I come from the medical biology side, but there are all these other factors that make an important different in this disease: access to medicine, access to health care, empowerment, economic issues, and governance issues. I can discover the absolute best molecule to kill the liver stage of the parasite, but if there isn’t somebody who can convert that molecule into a drug or a vaccine, it’s never going to go anywhere and help someone. You need people who are really experts in their field, but they have to be willing to make connections. And that’s a challenge, right? When biologists think about interdisciplinary activity, they think about a molecular biologist and an immunologist coming together. That’s not what I mean. What I mean is a molecular biologist and a policy person having a common problem. They both understand what it is going to take to change the world, and they’ve got to figure out how to make both of those pieces come together.
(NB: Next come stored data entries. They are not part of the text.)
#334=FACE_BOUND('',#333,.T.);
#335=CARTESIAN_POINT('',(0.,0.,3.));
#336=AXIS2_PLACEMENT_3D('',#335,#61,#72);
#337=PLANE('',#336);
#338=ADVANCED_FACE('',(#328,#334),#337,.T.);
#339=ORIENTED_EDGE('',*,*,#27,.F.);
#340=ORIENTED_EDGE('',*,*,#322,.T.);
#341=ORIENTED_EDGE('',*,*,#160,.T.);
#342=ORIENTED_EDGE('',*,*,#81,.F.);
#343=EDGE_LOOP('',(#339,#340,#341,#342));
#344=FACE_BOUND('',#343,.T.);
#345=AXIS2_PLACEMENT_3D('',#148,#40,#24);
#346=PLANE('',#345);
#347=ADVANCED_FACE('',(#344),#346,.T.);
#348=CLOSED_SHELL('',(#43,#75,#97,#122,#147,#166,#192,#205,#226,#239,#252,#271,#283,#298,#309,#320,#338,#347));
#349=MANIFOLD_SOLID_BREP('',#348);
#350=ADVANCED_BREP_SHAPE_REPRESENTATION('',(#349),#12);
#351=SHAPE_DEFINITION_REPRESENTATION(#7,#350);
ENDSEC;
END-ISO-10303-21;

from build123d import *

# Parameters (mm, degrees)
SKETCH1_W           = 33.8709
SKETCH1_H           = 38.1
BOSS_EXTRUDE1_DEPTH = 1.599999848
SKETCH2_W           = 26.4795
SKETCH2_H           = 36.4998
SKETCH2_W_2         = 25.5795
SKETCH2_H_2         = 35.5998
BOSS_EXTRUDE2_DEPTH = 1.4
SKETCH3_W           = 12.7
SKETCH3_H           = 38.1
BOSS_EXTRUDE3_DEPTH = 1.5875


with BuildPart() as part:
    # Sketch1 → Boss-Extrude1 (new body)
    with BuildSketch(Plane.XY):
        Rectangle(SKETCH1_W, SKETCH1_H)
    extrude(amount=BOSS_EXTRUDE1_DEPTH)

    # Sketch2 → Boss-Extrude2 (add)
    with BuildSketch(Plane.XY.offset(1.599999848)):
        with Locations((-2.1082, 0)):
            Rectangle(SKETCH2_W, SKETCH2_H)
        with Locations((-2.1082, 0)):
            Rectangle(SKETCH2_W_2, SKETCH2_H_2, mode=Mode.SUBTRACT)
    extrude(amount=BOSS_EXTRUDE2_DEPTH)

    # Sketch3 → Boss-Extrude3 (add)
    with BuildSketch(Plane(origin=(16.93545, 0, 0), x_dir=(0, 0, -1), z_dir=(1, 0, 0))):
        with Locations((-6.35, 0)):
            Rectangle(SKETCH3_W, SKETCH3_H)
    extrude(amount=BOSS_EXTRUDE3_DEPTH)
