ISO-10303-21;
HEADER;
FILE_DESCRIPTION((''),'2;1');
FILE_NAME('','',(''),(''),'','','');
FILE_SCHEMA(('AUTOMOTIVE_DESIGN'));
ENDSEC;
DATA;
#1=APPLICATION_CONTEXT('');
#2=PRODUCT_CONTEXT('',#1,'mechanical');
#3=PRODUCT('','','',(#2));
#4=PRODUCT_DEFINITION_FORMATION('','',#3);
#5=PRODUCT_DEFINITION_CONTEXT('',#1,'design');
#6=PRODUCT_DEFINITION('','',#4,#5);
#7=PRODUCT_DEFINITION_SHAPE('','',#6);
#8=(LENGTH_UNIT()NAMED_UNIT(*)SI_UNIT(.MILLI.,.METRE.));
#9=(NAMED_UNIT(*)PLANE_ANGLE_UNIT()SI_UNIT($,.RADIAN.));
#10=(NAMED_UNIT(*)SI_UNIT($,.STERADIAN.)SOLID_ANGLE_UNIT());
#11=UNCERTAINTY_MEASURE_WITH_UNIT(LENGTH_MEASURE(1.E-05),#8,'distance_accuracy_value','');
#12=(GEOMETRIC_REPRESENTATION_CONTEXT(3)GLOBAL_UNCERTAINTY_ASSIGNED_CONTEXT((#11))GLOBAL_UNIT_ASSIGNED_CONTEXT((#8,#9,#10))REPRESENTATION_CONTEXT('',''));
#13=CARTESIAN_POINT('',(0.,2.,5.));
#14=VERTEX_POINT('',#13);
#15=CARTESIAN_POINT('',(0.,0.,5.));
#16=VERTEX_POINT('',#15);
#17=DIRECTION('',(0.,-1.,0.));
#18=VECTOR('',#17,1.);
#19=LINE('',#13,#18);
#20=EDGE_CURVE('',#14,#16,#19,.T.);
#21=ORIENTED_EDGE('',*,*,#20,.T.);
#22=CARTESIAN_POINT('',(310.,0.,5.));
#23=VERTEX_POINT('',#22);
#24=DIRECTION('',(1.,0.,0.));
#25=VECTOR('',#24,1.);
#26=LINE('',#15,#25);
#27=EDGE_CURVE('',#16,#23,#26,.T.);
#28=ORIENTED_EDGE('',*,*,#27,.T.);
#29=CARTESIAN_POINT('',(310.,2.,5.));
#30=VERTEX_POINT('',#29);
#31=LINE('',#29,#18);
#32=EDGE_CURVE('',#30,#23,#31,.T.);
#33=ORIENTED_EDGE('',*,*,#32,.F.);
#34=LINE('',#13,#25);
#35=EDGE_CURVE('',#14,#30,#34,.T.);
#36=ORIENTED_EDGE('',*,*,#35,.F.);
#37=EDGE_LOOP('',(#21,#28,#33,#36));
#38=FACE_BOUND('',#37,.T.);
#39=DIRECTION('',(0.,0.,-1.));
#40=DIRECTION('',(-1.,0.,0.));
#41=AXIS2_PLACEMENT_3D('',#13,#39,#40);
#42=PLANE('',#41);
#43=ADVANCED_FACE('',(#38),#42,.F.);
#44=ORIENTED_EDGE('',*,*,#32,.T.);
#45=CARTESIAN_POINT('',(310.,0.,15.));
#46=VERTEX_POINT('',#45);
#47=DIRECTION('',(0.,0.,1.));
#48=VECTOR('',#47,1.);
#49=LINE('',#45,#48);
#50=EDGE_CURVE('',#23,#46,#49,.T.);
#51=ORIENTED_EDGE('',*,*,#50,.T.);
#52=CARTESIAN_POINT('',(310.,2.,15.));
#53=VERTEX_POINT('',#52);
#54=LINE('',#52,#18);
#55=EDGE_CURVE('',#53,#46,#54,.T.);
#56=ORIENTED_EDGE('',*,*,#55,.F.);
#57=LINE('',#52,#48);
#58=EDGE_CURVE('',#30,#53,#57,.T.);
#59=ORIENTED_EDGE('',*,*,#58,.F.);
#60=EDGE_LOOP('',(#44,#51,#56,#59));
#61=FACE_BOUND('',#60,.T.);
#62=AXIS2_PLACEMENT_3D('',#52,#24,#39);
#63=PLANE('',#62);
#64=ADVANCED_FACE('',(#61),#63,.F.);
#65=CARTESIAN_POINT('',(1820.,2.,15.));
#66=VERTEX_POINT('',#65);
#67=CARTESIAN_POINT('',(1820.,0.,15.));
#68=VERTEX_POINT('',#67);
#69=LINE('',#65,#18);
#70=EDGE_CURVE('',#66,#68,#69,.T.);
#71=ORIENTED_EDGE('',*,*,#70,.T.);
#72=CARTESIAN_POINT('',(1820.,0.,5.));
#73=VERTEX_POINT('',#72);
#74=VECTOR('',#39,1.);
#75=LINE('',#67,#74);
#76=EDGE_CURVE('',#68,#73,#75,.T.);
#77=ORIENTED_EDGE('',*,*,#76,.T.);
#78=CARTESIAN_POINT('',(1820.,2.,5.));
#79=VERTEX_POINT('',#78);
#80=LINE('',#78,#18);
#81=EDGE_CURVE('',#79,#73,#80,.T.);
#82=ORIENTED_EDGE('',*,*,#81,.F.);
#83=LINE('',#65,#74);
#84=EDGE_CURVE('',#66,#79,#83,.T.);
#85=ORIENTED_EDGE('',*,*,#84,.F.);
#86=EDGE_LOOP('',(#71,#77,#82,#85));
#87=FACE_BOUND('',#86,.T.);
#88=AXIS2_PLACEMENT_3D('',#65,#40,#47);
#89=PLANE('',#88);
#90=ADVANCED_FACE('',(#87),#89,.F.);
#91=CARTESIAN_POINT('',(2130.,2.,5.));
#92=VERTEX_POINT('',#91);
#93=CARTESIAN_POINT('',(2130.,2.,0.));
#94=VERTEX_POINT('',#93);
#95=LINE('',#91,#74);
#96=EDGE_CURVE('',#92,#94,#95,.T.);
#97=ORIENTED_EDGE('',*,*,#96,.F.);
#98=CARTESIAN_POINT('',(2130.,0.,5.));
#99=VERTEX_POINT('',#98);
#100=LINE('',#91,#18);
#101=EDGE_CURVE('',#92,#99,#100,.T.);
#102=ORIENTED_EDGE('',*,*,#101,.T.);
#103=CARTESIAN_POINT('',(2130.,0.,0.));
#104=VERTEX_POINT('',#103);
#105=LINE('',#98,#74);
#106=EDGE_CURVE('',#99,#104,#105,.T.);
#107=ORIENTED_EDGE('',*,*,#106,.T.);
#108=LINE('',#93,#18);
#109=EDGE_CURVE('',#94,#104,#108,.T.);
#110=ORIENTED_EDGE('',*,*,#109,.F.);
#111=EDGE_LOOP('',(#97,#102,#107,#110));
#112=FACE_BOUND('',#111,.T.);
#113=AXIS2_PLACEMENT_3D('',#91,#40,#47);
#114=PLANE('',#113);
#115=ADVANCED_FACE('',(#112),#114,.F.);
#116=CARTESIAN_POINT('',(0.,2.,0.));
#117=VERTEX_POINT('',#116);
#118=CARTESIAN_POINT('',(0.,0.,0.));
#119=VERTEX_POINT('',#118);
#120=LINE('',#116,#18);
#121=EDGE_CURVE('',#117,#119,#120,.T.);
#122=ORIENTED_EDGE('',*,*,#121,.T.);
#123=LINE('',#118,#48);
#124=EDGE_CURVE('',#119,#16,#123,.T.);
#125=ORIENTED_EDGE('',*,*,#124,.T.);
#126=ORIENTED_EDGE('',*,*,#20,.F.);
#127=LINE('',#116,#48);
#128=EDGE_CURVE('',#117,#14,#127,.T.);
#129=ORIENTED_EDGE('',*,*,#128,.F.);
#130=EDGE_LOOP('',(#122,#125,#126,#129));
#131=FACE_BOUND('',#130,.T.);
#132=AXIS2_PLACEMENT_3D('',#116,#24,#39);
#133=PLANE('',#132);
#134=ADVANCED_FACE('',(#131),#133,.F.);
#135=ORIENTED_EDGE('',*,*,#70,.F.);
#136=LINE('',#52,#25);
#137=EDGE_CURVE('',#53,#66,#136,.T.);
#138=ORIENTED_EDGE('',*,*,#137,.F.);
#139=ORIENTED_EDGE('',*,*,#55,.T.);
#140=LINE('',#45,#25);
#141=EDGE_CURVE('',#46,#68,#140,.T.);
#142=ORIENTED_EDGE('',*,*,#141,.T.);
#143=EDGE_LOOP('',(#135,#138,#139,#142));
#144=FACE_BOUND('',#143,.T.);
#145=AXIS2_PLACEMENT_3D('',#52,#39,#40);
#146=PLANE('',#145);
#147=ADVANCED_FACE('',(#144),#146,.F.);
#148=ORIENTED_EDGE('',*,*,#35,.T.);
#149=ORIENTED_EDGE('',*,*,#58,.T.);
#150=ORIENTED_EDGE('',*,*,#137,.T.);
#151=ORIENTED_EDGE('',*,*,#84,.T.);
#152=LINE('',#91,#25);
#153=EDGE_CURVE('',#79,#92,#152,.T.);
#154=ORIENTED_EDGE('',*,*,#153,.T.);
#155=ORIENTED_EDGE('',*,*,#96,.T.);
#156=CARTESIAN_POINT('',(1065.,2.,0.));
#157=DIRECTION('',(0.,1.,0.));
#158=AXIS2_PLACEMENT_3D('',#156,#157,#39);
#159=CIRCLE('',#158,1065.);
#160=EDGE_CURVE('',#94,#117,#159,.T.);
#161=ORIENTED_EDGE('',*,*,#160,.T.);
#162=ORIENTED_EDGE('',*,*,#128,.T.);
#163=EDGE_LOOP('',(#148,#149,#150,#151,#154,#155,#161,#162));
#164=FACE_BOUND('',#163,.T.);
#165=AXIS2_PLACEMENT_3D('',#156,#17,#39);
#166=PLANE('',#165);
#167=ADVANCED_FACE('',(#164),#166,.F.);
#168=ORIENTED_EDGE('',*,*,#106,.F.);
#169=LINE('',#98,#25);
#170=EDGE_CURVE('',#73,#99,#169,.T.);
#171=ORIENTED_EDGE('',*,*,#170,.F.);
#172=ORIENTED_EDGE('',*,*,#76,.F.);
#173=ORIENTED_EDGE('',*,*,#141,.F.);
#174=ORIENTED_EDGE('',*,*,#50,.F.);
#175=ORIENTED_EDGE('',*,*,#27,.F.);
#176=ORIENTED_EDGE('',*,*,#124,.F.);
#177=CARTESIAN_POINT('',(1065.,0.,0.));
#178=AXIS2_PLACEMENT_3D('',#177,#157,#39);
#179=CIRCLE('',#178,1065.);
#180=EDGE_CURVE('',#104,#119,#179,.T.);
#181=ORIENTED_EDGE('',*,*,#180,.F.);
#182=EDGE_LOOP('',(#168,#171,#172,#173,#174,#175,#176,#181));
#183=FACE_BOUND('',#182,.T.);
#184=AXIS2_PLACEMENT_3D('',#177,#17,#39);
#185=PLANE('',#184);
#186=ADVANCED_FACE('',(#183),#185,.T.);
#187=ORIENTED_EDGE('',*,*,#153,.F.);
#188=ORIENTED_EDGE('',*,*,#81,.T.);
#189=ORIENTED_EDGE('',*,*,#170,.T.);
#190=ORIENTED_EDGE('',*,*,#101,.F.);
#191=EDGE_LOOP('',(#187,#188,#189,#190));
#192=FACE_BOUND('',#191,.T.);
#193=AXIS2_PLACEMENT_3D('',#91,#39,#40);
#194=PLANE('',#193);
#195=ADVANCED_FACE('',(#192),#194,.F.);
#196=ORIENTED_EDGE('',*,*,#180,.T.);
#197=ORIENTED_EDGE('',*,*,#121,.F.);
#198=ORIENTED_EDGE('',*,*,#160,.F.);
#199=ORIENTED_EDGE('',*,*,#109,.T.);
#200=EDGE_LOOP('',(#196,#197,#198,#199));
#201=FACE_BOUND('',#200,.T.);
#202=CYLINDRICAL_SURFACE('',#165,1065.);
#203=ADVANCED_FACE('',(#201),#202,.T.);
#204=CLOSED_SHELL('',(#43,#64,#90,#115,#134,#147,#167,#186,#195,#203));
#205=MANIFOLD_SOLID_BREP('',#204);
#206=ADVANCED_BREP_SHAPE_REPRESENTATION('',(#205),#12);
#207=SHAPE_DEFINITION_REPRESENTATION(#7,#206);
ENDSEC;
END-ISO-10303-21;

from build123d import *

# Parameters (mm, degrees)
BOSS_EXTRUDE1_DEPTH = 2


with BuildPart() as part:
    # Sketch1 → Boss-Extrude1 (new body)
    with BuildSketch(Plane(origin=(0, 0, 0), x_dir=(1, 0, 0), z_dir=(0, 1, 0))):
        with BuildLine():
            Line((0, 0), (0, -5))
            Line((0, -5), (310, -5))
            Line((310, -5), (310, -15))
            Line((310, -15), (1820, -15))
            Line((1820, -15), (1820, -5))
            Line((1820, -5), (2130, -5))
            Line((2130, -5), (2130, 0))
            ThreePointArc((2130, 0), (1065, 1065), (0, 0))
        make_face()
    extrude(amount=BOSS_EXTRUDE1_DEPTH)


solid = part.part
Still, the problem of malaria is a problem of disease endemic countries, not a problem of the United States. In the end, there has to be a drive from the population that is affected for better health. And I think that’s happening. Educating disease endemic country scientists is very important. Not bringing them here and then keeping them here, but in fact educating people in the context of their own environment so that they can become the leaders. Malaria in Senegal is changing because the Senegalese want to change it, not because I want to change it. I think our specific role is to give them science so that they can create the evidence.

I think it’s this generation of students. If malaria is going to be eradicated, it is going to be by this generation of students, not by me. My goal is to train the next generation and the next generation to lead wherever the field takes them.